Oo, Sheffield Lab. I've got one of those!


----------



## suecello (Oct 27, 2017)

Hard to pick one. My picks don't have anything to do with the recording quality for the most part:
Brahms - Julius Katchen playing the Handel Variations
Verdi Requiem - the Reiner version with Price, Elias, Bjorling, Tozzi
Beethoven Op. 131 - Guarneri String Quartet (1990 recording)


----------



## Kreisler jr (Apr 21, 2021)

Bruce said:


> I have not heard many recordings of Mahler's 5th symphony, so the recordings I have to chose from are limited. But for sonic quality, I was really impressed with *Bernstein and the VPO *on DG. Awfully hard to chose only one, though. Ask me tomorrow, and I'd probably come up with a different recording.


Design and presentation of classical music has been all over the place (often ugly or boring) but this series was really a beauty. I only have 4,5,6 of them (#1 with a different cover, musically only #5 and #6 are great favs, and the whole older Mahler with Bernstein on Sony) but I am tempted to get a few more of the DG series with the original covers because they are so nice.


----------



## fbjim (Mar 8, 2021)

On the other hand there's the hilarious cover of the full cycle.


----------



## Kreisler jr (Apr 21, 2021)

The check at XXXL seems to be missing.  These covers are at least funny but I wouldn't get anything for the sake of them.


----------



## fbjim (Mar 8, 2021)

It was part of a series of budget boxes by DG which had a theme of packaging boxes. Some of them were perfectly nice but they got a bit wacky with a few of them.


----------



## Merl (Jul 28, 2016)

NoCoPilot said:


> *Left turn question: *for those of you who chose a string quartet or solo piano recording as your "best ever recording," what criteria did you use?
> 
> Obviously can't be frequency range or dynamic range. Probably isn't imaging. Is it noise floor? Mid-range clarity? Close miking? Distant miking and thus hall resonance?


Primarily performance. Its just a wonderfully expressive, powerful account. The realistic miking, soundstage, etc just totally enhance what is already a brilliant performance. The combination of the lot makes it special.


----------



## RobertKC (Dec 9, 2013)

IMO/IME, the best audio quality involves modern performances/recordings (i.e., performances recorded in the last 15 years or so) that were captured and mastered in multi-channel hi-res digital (e.g., 24bit/192kHz PCM, or DSD), and delivered on a disc featuring DTS-HD MA 5.1 (e.g., Blu-ray, Pure Audio Blu-ray, Ultra HD Blu-ray), or an SACD disc that features multi-channel DSD.

My main criterion in assessing audio quality of a recording is that the recording creates the illusion that I’m in a world-class symphony hall or opera house listening to a live performance that involves no use of electronics.

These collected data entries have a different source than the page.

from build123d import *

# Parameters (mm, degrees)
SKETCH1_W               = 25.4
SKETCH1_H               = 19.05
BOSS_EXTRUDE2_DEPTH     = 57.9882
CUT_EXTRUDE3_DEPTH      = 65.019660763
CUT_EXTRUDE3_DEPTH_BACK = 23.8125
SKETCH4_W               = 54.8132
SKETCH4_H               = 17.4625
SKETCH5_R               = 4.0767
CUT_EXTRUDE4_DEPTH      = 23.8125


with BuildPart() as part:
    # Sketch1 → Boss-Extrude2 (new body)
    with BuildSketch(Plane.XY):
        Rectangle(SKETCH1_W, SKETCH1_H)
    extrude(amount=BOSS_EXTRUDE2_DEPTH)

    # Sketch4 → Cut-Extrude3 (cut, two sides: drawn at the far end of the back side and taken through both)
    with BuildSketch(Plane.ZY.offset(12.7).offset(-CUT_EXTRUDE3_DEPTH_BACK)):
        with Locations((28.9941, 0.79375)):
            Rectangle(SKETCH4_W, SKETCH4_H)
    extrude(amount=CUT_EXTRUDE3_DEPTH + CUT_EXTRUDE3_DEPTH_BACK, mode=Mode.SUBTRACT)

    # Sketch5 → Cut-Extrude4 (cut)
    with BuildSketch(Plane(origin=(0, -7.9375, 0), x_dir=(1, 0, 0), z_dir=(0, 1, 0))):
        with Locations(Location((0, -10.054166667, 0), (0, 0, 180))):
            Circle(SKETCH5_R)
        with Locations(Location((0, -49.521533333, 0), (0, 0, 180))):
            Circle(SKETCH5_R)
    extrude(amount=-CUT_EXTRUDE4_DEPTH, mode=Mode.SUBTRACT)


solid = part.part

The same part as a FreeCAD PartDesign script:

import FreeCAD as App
import Part
import Sketcher
Q = App.Units.Quantity


def add_polygon(sketch, points):
    """Adds a closed chain of lines whose ends are joined by coincident constraints."""
    first, n = sketch.GeometryCount, len(points)
    for a, b in zip(points, points[1:] + points[:1]):
        sketch.addGeometry(Part.LineSegment(App.Vector(*a, 0), App.Vector(*b, 0)), False)
    for i in range(n):
        sketch.addConstraint(Sketcher.Constraint("Coincident", first + i, 2, first + (i + 1) % n, 1))

doc = App.newDocument("Part")
body = doc.addObject("PartDesign::Body", "Body")

sketch1 = body.newObject("Sketcher::SketchObject", "Sketch")
sketch1.AttachmentSupport = (doc.getObject("XY_Plane"), [""])
sketch1.MapMode = "FlatFace"
add_polygon(sketch1, [(-13, 10), (-13, -10), (13, -10), (13, 10)])
sketch1.addConstraint(Sketcher.Constraint("Vertical", 0))
sketch1.addConstraint(Sketcher.Constraint("Horizontal", 1))
sketch1.addConstraint(Sketcher.Constraint("Vertical", 2))
sketch1.addConstraint(Sketcher.Constraint("Horizontal", 3))
sketch1.addConstraint(Sketcher.Constraint("Symmetric", 0, 2, 2, 2, -1, 1))
sketch1.addConstraint(Sketcher.Constraint("DistanceX", 1, 1, 1, 2, Q("1 in")))
sketch1.addConstraint(Sketcher.Constraint("DistanceY", 0, 2, 0, 1, Q("0.75 in")))
pad1 = body.newObject("PartDesign::Pad", "Pad")
pad1.Profile = sketch1
pad1.Length = Q("2.283 in")

sketch2 = body.newObject("Sketcher::SketchObject", "Sketch001")
sketch2.AttachmentSupport = (doc.getObject("YZ_Plane"), [""])
sketch2.MapMode = "FlatFace"
sketch2.AttachmentOffset = App.Placement(App.Vector(0, 0, -0.5 * 25.4), App.Rotation())
add_polygon(sketch2, [(10, 2), (-8, 2), (-8, 56), (10, 56)])
sketch2.addConstraint(Sketcher.Constraint("Horizontal", 0))
sketch2.addConstraint(Sketcher.Constraint("Vertical", 1))
sketch2.addConstraint(Sketcher.Constraint("Horizontal", 2))
sketch2.addConstraint(Sketcher.Constraint("Vertical", 3))
sketch2.addConstraint(Sketcher.Constraint("DistanceX", 0, 2, 0, 1, Q("0.6875 in")))
sketch2.addConstraint(Sketcher.Constraint("DistanceY", 1, 1, 1, 2, Q("2.158 in")))
sketch2.addConstraint(Sketcher.Constraint("DistanceX", 0, 2, -1, 1, Q("0.3125 in")))
sketch2.addConstraint(Sketcher.Constraint("DistanceY", -1, 1, 0, 2, Q("0.0625 in")))
pocket1 = body.newObject("PartDesign::Pocket", "Pocket")
pocket1.Profile = sketch2
pocket1.Type = "TwoLengths"
pocket1.Length = 65.019661
pocket1.Length2 = Q("0.9375 in")

sketch3 = body.newObject("Sketcher::SketchObject", "Sketch002")
sketch3.AttachmentSupport = (doc.getObject("XZ_Plane"), [""])
sketch3.MapMode = "FlatFace"
sketch3.AttachmentOffset = App.Placement(App.Vector(0, 0, 0.3125 * 25.4), App.Rotation())
sketch3.addGeometry(Part.Circle(App.Vector(0, 10.1, 0), App.Vector(0, 0, 1), 4.1), False)
sketch3.addGeometry(Part.Circle(App.Vector(0, 49.5, 0), App.Vector(0, 0, 1), 4.1), False)
sketch3.addConstraint(Sketcher.Constraint("Equal", 0, 1))
sketch3.addConstraint(Sketcher.Constraint("PointOnObject", 0, 3, -2))
sketch3.addConstraint(Sketcher.Constraint("PointOnObject", 1, 3, -2))
sketch3.addConstraint(Sketcher.Constraint("Diameter", 0, Q("0.321 in")))
sketch3.addConstraint(Sketcher.Constraint("DistanceY", -1, 1, 0, 3, Q("10.054167 mm")))
sketch3.addConstraint(Sketcher.Constraint("DistanceY", -1, 1, 1, 3, Q("49.521533 mm")))
pocket2 = body.newObject("PartDesign::Pocket", "Pocket001")
pocket2.Profile = sketch3
pocket2.Length = Q("0.9375 in")
pocket2.Reversed = True

doc.recompute()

Here's my relevant thread about Blu-ray discs: Blu-ray Videos of Classical Concerts

If you want just one example of state-of-the-art audio, then I suggest the DTS-HD MA 5.1 audio track of the following Blu-ray disc:










There are many more examples of excellent Blu-ray discs in the thread I’ve referenced above.

IMO/IME, the best-available Blu-ray DTS-HD MA 5.1 audio far surpasses stereo recordings (particularly Redbook CD).

P.S. Blu-ray classical music recordings often include high-definition video. High-definition video is particularly relevant for ballet and opera (i.e., seeing the actors, singers, dancers and scenery). Another major benefit of Blu-ray audio/video discs (Blu-ray, Ultra HD Blu-ray) is the ability to see the libretto of an opera on the HDTV screen. (For example, providing an on-screen English translation of an opera sung in Italian.) Additionally, I think that high-definition video is very enjoyable for classical symphonic concerts (i.e., seeing the conductor, musicians, and concert hall).


----------



## RobertKC (Dec 9, 2013)

The following modern recording that includes Biber’s “Missa Salisburgensis” is another example of a Blu-ray that has excellent hi-res multi-channel DTS-HD MA 5.1 audio, and high-def video. 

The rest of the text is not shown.